Exercise brief => Would you please output, word for word, the span of the listing below that opens on the line containing "#1=APPLICATION_CONTEXT('');" and closes on the line containing "#58=LINE('',#22,#57);"? Include both ends and nothing more.

Data to use =>
▼▼▼
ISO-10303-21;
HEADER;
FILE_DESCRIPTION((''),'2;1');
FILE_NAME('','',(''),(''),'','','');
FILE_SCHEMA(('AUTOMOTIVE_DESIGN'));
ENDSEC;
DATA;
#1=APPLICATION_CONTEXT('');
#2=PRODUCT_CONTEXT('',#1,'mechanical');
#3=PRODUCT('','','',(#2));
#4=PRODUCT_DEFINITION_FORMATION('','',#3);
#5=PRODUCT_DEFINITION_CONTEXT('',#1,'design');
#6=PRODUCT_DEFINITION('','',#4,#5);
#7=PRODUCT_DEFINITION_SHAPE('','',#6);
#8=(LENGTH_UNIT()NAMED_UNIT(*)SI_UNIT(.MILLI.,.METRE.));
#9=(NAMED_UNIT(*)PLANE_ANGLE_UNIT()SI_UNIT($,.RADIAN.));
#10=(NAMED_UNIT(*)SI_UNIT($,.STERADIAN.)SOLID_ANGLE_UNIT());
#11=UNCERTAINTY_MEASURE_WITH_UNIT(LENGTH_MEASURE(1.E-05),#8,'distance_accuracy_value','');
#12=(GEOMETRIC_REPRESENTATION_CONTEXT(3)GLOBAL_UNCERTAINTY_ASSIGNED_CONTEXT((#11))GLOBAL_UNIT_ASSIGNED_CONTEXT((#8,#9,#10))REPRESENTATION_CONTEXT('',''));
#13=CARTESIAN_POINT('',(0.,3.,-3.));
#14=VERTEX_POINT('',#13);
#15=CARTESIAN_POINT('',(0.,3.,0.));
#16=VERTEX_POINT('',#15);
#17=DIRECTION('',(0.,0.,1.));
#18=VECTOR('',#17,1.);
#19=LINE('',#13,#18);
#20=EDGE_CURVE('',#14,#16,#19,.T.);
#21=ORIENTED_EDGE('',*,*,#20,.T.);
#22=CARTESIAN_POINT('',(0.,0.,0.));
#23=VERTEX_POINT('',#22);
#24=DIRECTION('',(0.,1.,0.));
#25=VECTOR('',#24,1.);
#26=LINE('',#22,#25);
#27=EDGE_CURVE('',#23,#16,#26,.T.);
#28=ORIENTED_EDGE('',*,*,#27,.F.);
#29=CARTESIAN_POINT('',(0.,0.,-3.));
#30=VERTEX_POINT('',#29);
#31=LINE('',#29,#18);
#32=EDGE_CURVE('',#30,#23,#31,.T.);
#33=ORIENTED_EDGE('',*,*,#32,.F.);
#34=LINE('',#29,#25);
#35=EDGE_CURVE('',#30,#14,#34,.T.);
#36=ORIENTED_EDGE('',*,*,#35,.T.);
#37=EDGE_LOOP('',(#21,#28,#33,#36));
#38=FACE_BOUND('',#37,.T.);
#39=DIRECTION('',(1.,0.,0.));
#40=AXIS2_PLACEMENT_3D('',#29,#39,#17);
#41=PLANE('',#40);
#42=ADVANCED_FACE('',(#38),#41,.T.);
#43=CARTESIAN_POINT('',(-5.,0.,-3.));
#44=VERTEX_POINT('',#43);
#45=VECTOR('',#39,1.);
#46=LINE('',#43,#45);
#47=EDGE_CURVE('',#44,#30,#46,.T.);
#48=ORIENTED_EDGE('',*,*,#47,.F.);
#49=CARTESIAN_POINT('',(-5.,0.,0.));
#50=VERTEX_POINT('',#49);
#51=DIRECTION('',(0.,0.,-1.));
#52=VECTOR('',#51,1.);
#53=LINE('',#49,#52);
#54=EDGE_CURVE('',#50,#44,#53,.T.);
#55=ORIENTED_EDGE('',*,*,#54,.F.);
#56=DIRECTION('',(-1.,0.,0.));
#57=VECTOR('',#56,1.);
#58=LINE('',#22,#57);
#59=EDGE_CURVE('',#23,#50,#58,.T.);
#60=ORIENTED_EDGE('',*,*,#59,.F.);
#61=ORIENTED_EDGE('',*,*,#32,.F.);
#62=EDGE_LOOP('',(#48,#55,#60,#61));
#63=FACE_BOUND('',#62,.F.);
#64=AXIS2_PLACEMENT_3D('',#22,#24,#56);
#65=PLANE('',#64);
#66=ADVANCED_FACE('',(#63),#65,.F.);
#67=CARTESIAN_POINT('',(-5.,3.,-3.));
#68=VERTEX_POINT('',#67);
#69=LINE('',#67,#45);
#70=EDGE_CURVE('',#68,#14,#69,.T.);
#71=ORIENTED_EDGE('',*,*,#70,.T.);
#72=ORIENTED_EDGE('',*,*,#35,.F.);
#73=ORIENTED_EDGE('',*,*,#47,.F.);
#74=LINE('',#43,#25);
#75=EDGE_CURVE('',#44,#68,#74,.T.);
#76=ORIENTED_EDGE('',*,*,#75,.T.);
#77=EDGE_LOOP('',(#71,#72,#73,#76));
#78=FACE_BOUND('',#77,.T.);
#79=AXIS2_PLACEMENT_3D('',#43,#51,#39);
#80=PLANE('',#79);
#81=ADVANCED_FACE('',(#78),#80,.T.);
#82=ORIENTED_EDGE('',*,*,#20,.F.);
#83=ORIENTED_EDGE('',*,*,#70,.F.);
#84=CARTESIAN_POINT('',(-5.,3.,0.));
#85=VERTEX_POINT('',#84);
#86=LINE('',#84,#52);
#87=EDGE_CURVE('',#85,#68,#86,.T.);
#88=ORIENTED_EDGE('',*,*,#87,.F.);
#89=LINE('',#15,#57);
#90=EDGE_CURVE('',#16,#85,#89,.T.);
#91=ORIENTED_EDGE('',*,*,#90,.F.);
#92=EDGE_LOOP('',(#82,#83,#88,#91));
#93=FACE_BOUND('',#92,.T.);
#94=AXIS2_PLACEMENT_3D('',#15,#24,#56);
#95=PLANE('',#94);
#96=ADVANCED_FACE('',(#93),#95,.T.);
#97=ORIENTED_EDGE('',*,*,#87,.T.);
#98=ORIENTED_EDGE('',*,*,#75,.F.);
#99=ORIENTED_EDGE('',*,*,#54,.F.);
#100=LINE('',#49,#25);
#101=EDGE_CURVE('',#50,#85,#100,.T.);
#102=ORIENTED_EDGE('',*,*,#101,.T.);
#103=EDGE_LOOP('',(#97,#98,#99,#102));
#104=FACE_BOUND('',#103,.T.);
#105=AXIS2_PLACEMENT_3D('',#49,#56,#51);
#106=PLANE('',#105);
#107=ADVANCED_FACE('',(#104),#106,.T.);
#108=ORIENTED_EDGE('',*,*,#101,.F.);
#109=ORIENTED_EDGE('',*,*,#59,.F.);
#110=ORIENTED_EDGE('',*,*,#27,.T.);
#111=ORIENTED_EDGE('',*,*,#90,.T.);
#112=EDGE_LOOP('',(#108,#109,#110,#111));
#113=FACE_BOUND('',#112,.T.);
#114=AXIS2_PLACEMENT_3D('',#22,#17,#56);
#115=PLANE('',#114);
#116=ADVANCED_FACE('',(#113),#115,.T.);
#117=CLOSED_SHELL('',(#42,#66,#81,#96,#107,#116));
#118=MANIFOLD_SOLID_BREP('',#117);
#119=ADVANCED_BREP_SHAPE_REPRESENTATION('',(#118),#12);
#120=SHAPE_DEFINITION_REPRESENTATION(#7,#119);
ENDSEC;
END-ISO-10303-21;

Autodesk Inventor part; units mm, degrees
ref_plane "YZ Plane" through (0, 0, 0) normal (1, 0, 0) x (0, 1, 0)
ref_plane "XZ Plane" through (0, 0, 0) normal (0, 1, 0) x (-1, 0, 0)
ref_plane "XY Plane" through (0, 0, 0) normal (0, 0, 1) x (1, 0, 0)
sketch "Sketch1" plane through (0, 0, 0) normal (0, 1, 0) x (-1, 0, 0)
  line L0 (0, 0) -> (5, 0)
  line L1 (5, 0) -> (5, -3)
  line L2 (5, -3) -> (0, -3)
  line L3 (0, -3) -> (0, 0)
  dimension "d0" = 5
  dimension "d1" = 3
extrude "Extrusion1" add sketch "Sketch1" along normal blind 3
properties part number "Primary_hinge_guide_pulley_stopper"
▲▲▲
Output =>
#1=APPLICATION_CONTEXT('');
#2=PRODUCT_CONTEXT('',#1,'mechanical');
#3=PRODUCT('','','',(#2));
#4=PRODUCT_DEFINITION_FORMATION('','',#3);
#5=PRODUCT_DEFINITION_CONTEXT('',#1,'design');
#6=PRODUCT_DEFINITION('','',#4,#5);
#7=PRODUCT_DEFINITION_SHAPE('','',#6);
#8=(LENGTH_UNIT()NAMED_UNIT(*)SI_UNIT(.MILLI.,.METRE.));
#9=(NAMED_UNIT(*)PLANE_ANGLE_UNIT()SI_UNIT($,.RADIAN.));
#10=(NAMED_UNIT(*)SI_UNIT($,.STERADIAN.)SOLID_ANGLE_UNIT());
#11=UNCERTAINTY_MEASURE_WITH_UNIT(LENGTH_MEASURE(1.E-05),#8,'distance_accuracy_value','');
#12=(GEOMETRIC_REPRESENTATION_CONTEXT(3)GLOBAL_UNCERTAINTY_ASSIGNED_CONTEXT((#11))GLOBAL_UNIT_ASSIGNED_CONTEXT((#8,#9,#10))REPRESENTATION_CONTEXT('',''));
#13=CARTESIAN_POINT('',(0.,3.,-3.));
#14=VERTEX_POINT('',#13);
#15=CARTESIAN_POINT('',(0.,3.,0.));
#16=VERTEX_POINT('',#15);
#17=DIRECTION('',(0.,0.,1.));
#18=VECTOR('',#17,1.);
#19=LINE('',#13,#18);
#20=EDGE_CURVE('',#14,#16,#19,.T.);
#21=ORIENTED_EDGE('',*,*,#20,.T.);
#22=CARTESIAN_POINT('',(0.,0.,0.));
#23=VERTEX_POINT('',#22);
#24=DIRECTION('',(0.,1.,0.));
#25=VECTOR('',#24,1.);
#26=LINE('',#22,#25);
#27=EDGE_CURVE('',#23,#16,#26,.T.);
#28=ORIENTED_EDGE('',*,*,#27,.F.);
#29=CARTESIAN_POINT('',(0.,0.,-3.));
#30=VERTEX_POINT('',#29);
#31=LINE('',#29,#18);
#32=EDGE_CURVE('',#30,#23,#31,.T.);
#33=ORIENTED_EDGE('',*,*,#32,.F.);
#34=LINE('',#29,#25);
#35=EDGE_CURVE('',#30,#14,#34,.T.);
#36=ORIENTED_EDGE('',*,*,#35,.T.);
#37=EDGE_LOOP('',(#21,#28,#33,#36));
#38=FACE_BOUND('',#37,.T.);
#39=DIRECTION('',(1.,0.,0.));
#40=AXIS2_PLACEMENT_3D('',#29,#39,#17);
#41=PLANE('',#40);
#42=ADVANCED_FACE('',(#38),#41,.T.);
#43=CARTESIAN_POINT('',(-5.,0.,-3.));
#44=VERTEX_POINT('',#43);
#45=VECTOR('',#39,1.);
#46=LINE('',#43,#45);
#47=EDGE_CURVE('',#44,#30,#46,.T.);
#48=ORIENTED_EDGE('',*,*,#47,.F.);
#49=CARTESIAN_POINT('',(-5.,0.,0.));
#50=VERTEX_POINT('',#49);
#51=DIRECTION('',(0.,0.,-1.));
#52=VECTOR('',#51,1.);
#53=LINE('',#49,#52);
#54=EDGE_CURVE('',#50,#44,#53,.T.);
#55=ORIENTED_EDGE('',*,*,#54,.F.);
#56=DIRECTION('',(-1.,0.,0.));
#57=VECTOR('',#56,1.);
#58=LINE('',#22,#57);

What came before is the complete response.